◆ Task material:

----------

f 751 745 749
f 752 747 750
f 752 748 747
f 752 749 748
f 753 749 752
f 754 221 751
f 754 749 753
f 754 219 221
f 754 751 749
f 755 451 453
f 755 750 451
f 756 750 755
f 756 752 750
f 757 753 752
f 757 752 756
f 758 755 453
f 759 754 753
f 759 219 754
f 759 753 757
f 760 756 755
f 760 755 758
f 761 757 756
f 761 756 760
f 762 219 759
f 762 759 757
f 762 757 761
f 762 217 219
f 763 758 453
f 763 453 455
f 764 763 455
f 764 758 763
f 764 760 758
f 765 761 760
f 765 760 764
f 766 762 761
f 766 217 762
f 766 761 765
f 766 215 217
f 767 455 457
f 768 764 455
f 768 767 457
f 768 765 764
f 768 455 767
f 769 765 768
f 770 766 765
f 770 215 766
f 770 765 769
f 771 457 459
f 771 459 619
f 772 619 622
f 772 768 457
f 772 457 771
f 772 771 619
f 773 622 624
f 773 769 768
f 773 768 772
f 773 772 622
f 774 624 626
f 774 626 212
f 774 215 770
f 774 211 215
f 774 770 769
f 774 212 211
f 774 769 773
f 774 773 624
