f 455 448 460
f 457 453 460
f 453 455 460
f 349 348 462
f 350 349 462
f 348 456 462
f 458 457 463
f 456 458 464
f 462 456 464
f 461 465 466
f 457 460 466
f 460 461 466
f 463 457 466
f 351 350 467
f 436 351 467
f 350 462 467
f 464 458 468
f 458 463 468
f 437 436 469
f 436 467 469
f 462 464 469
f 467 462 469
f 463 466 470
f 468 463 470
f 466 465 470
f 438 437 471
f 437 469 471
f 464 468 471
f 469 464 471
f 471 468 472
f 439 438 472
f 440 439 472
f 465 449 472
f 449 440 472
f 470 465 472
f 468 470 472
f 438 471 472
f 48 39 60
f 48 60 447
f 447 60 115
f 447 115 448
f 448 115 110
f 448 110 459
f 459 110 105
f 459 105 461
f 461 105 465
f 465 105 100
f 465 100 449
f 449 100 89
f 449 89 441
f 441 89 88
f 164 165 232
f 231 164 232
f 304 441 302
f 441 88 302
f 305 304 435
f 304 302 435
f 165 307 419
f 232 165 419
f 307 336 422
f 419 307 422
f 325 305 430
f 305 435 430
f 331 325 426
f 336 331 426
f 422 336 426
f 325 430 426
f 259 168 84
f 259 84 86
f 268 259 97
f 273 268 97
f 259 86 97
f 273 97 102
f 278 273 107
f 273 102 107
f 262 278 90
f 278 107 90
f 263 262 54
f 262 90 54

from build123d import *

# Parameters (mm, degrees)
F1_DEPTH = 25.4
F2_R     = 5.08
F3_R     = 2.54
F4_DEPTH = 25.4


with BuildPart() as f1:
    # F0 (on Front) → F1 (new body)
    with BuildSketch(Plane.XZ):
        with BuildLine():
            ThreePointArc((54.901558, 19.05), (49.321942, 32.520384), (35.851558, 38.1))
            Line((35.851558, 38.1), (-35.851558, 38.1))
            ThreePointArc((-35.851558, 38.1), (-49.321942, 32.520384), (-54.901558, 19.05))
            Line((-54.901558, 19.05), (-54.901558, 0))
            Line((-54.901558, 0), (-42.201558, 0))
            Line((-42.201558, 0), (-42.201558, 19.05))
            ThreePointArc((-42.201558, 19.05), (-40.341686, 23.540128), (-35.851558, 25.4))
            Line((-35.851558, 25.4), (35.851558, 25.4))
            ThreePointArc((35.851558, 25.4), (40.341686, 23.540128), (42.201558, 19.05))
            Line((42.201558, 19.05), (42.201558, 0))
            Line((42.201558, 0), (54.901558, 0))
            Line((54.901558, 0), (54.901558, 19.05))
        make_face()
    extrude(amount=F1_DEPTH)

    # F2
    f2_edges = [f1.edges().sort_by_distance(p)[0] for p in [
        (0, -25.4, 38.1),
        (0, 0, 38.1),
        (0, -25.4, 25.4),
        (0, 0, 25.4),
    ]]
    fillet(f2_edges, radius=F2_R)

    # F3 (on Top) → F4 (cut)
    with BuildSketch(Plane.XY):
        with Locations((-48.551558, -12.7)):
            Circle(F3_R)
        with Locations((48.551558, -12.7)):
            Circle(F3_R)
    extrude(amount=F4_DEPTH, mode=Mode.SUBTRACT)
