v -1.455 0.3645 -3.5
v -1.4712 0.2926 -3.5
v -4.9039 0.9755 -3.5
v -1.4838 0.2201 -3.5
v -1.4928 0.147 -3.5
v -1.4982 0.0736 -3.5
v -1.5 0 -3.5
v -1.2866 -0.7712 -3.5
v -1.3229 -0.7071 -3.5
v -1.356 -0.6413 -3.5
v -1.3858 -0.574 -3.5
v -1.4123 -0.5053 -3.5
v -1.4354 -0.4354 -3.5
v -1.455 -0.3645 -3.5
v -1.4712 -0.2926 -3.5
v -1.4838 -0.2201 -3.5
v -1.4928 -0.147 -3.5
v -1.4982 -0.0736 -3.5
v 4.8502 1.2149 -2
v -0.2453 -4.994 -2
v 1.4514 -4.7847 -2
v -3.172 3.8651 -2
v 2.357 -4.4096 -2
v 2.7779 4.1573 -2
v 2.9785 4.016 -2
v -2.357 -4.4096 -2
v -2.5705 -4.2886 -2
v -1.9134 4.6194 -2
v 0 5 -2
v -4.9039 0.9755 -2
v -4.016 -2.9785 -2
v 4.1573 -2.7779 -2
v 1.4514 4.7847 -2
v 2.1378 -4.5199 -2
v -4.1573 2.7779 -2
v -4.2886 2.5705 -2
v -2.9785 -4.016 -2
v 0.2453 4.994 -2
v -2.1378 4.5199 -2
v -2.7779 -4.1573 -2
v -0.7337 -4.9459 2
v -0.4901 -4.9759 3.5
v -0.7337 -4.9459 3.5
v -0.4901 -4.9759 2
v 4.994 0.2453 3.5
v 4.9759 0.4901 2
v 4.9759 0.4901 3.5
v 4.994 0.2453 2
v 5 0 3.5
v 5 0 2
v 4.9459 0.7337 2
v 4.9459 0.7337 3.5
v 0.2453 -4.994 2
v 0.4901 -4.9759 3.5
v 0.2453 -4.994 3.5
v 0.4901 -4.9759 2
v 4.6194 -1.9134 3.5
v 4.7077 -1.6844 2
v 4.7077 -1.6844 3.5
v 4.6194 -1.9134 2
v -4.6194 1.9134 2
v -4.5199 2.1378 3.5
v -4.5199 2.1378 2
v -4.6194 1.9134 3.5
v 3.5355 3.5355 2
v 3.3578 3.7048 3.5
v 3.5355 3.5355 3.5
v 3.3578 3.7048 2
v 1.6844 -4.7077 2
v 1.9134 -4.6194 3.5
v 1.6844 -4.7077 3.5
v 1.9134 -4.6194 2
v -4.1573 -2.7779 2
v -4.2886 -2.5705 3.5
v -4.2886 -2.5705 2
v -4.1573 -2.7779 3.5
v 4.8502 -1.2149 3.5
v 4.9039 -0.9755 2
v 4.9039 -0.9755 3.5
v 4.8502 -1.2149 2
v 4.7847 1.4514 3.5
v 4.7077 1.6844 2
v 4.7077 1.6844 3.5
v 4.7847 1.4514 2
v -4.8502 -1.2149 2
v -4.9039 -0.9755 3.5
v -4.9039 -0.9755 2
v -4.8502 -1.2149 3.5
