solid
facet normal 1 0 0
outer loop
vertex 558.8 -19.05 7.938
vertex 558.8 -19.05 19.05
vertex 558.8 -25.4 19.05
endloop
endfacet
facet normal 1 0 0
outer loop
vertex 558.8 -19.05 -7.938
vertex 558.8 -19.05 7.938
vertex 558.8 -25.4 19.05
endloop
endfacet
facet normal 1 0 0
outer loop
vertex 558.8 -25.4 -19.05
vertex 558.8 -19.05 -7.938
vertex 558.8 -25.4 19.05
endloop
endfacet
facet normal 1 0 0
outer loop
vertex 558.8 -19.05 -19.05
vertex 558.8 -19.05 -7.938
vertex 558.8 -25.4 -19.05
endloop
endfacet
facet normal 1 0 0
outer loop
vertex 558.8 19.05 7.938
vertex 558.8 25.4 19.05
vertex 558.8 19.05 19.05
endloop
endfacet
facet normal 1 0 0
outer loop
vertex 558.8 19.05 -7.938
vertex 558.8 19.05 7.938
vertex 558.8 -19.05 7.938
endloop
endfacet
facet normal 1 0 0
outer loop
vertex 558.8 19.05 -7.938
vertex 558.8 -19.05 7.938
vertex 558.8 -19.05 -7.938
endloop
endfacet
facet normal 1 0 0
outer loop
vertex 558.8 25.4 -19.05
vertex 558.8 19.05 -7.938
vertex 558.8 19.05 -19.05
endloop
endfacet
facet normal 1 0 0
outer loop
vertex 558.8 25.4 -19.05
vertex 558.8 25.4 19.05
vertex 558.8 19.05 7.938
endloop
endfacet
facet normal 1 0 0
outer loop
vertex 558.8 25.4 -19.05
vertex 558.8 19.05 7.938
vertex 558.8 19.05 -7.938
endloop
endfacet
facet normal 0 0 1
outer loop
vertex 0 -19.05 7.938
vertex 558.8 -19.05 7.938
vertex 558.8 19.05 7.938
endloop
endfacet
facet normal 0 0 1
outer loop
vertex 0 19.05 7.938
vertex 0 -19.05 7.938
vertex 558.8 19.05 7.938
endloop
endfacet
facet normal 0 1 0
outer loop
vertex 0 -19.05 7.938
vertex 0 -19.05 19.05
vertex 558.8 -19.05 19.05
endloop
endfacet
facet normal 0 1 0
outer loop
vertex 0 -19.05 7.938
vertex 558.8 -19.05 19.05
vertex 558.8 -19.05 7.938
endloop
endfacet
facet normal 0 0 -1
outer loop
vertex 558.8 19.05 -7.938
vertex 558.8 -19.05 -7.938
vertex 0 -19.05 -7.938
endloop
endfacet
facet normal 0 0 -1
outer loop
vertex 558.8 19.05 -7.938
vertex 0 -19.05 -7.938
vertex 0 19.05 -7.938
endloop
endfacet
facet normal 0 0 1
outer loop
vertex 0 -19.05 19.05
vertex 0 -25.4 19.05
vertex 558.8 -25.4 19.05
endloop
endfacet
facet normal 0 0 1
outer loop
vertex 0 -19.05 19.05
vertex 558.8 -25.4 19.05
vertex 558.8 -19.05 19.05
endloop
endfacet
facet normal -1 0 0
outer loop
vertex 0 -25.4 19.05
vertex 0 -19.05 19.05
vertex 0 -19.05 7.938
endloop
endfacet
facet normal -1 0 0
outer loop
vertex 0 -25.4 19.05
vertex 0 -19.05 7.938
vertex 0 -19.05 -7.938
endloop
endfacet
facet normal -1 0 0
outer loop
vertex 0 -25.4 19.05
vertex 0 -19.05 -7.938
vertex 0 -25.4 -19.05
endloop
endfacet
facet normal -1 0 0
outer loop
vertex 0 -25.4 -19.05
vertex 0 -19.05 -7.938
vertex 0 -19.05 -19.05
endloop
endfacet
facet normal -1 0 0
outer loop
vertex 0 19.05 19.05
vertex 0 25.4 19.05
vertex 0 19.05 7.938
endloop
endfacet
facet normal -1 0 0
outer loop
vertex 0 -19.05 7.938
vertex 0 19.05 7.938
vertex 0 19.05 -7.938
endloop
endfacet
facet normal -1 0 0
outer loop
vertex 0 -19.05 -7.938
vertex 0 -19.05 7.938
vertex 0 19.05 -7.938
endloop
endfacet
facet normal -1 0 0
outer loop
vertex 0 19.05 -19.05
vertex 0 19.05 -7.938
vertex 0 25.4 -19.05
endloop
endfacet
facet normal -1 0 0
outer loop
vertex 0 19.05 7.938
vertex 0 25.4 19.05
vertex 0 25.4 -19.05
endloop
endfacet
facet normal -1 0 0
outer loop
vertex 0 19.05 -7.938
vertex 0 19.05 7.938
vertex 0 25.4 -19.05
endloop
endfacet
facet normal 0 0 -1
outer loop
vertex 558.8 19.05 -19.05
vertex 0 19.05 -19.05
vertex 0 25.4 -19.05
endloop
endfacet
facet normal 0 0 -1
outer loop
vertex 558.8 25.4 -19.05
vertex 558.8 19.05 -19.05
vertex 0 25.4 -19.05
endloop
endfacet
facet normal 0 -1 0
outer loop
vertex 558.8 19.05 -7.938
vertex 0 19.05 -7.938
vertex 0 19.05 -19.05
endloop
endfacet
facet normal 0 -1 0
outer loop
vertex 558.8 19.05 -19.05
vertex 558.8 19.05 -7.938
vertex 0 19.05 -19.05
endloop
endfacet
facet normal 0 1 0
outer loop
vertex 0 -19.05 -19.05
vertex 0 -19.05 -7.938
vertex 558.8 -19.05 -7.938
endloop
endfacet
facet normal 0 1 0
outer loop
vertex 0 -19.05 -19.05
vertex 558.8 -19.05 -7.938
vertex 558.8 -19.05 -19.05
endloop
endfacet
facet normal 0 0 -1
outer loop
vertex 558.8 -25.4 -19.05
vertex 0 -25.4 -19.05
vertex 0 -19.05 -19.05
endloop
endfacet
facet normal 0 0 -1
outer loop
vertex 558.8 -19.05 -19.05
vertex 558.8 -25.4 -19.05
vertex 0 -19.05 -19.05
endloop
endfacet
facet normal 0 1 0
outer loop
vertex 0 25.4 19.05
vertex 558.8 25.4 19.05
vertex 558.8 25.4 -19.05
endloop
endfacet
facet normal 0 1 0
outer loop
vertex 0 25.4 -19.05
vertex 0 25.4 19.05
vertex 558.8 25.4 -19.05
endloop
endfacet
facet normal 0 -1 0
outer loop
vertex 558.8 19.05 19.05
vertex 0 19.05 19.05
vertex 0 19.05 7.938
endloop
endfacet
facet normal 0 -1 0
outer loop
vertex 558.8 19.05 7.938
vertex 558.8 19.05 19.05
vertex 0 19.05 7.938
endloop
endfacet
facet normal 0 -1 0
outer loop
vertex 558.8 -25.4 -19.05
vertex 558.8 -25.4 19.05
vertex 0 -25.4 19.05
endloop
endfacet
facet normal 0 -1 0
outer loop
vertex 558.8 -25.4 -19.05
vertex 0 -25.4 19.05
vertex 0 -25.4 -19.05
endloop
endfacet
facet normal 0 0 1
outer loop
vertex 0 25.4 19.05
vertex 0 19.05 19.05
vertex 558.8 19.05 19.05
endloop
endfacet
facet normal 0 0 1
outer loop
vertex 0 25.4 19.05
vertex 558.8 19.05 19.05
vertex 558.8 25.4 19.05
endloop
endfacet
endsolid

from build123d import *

# Parameters (mm, degrees)
SKETCH2_W           = 38.1
SKETCH2_H           = 6.35
SKETCH2_W_2         = 15.875
SKETCH2_H_2         = 38.1
BOSS_EXTRUDE1_DEPTH = 558.8


with BuildPart() as part:
    # Sketch2 → Boss-Extrude1 (new body)
    with BuildSketch(Plane(origin=(0, 0, 0), x_dir=(0, 0, -1), z_dir=(1, 0, 0))):
        with Locations((0, 22.225)):
            Rectangle(SKETCH2_W, SKETCH2_H)
        Rectangle(SKETCH2_W_2, SKETCH2_H_2)
        with Locations((0, -22.225)):
            Rectangle(SKETCH2_W, SKETCH2_H)
    extrude(amount=BOSS_EXTRUDE1_DEPTH)


solid = part.part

----------

How many lines in the entries above include the string "ThreePointArc"? Please answer with that number and nothing more.

◆ Solution for this task: 4